## Aim of the exercise
Repeat exactly the lines below that lie between the line with "f 188 273 274" and the line with "f 237 133 231", counting both of those lines as part of the answer.

## Record extracts
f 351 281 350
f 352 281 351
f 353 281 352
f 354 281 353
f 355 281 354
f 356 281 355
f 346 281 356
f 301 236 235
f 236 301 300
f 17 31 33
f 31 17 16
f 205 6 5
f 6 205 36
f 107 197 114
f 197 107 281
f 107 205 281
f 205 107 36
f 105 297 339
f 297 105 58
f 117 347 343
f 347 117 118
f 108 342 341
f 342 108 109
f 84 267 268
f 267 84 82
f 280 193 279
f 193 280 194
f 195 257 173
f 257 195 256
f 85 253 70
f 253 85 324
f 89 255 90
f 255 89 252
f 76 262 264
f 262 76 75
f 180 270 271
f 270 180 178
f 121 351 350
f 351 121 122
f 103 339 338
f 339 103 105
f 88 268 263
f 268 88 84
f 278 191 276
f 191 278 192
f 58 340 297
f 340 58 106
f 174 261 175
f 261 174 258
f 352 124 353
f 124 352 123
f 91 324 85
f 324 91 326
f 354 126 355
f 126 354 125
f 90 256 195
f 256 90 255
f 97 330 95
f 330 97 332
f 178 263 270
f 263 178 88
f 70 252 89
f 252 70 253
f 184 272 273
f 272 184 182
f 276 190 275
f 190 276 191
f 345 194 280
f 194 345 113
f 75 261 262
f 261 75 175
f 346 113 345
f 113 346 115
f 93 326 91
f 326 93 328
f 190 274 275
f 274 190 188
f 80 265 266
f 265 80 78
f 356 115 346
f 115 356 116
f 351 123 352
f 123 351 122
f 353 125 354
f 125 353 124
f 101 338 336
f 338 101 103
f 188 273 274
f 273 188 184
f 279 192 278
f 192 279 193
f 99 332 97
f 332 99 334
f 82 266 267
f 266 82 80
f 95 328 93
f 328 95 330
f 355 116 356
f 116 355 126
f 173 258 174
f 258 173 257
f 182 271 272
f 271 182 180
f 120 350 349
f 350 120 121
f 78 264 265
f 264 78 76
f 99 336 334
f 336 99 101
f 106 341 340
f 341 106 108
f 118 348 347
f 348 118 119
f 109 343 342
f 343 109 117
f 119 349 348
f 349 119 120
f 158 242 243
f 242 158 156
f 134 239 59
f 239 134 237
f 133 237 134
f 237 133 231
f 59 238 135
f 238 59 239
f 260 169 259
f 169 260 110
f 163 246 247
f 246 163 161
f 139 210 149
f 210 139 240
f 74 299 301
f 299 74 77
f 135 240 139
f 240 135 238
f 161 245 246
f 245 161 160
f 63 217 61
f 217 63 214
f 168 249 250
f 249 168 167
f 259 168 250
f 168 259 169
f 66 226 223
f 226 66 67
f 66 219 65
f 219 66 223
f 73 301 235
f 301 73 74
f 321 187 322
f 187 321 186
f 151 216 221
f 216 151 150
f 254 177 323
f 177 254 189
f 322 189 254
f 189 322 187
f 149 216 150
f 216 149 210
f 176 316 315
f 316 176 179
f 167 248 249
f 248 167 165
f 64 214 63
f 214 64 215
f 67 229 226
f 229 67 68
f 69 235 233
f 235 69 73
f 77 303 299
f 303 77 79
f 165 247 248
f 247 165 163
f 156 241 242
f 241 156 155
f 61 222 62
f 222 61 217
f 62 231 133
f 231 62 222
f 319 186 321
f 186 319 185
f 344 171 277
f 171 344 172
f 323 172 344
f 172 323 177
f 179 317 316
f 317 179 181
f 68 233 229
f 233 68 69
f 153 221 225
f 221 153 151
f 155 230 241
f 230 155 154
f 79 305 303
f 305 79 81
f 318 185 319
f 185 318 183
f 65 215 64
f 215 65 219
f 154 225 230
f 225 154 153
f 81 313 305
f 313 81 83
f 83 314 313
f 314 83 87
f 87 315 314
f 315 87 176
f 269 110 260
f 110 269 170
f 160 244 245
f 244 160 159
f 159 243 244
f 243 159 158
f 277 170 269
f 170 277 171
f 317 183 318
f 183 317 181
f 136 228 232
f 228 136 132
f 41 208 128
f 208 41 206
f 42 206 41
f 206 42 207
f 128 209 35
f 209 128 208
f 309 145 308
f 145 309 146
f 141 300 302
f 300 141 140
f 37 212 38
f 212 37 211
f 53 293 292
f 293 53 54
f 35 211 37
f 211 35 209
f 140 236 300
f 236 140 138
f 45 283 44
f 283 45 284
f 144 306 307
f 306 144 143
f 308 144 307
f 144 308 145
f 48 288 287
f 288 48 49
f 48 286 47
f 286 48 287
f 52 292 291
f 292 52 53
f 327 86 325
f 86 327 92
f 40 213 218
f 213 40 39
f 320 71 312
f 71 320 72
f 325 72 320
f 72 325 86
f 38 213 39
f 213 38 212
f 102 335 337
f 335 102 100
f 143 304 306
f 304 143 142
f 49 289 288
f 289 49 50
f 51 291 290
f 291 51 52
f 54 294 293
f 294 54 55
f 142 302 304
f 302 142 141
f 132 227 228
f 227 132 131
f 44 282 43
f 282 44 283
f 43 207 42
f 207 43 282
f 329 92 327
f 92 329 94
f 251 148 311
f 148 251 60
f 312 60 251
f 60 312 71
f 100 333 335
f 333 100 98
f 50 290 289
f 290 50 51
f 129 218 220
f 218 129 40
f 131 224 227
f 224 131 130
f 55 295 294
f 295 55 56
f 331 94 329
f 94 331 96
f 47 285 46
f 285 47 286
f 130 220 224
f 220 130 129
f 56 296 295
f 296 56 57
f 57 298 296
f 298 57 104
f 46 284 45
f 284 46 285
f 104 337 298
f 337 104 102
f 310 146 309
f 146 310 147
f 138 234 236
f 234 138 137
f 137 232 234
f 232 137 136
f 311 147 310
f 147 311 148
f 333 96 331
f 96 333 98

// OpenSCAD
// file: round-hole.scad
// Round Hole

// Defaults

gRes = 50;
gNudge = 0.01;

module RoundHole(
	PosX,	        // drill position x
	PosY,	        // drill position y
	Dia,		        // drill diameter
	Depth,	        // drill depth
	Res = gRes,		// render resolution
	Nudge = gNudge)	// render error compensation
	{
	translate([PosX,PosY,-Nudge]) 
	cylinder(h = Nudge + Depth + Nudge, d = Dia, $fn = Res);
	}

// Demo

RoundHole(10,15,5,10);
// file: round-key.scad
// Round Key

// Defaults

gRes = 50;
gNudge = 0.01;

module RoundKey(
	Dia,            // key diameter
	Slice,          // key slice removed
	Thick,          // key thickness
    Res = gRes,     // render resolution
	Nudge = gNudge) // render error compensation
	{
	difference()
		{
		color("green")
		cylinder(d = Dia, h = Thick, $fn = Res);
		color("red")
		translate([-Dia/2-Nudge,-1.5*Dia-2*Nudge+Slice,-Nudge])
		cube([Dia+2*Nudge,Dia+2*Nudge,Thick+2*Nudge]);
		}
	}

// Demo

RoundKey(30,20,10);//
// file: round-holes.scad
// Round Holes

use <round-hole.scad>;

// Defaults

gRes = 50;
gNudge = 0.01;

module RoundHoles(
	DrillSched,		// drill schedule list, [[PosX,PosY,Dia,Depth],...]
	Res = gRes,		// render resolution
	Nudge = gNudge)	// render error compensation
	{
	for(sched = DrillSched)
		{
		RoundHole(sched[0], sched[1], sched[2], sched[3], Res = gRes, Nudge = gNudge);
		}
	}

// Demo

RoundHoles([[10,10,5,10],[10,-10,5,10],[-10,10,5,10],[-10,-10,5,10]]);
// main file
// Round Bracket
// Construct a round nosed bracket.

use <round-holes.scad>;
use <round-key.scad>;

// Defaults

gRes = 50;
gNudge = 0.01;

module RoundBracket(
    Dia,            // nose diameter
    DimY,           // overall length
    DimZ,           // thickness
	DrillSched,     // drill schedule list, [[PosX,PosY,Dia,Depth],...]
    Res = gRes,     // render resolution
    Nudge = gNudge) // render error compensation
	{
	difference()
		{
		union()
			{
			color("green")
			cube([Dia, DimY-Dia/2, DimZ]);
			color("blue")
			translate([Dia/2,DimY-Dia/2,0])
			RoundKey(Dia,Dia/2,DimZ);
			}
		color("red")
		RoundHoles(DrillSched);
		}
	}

## Response to this exercise
f 188 273 274
f 273 188 184
f 279 192 278
f 192 279 193
f 99 332 97
f 332 99 334
f 82 266 267
f 266 82 80
f 95 328 93
f 328 95 330
f 355 116 356
f 116 355 126
f 173 258 174
f 258 173 257
f 182 271 272
f 271 182 180
f 120 350 349
f 350 120 121
f 78 264 265
f 264 78 76
f 99 336 334
f 336 99 101
f 106 341 340
f 341 106 108
f 118 348 347
f 348 118 119
f 109 343 342
f 343 109 117
f 119 349 348
f 349 119 120
f 158 242 243
f 242 158 156
f 134 239 59
f 239 134 237
f 133 237 134
f 237 133 231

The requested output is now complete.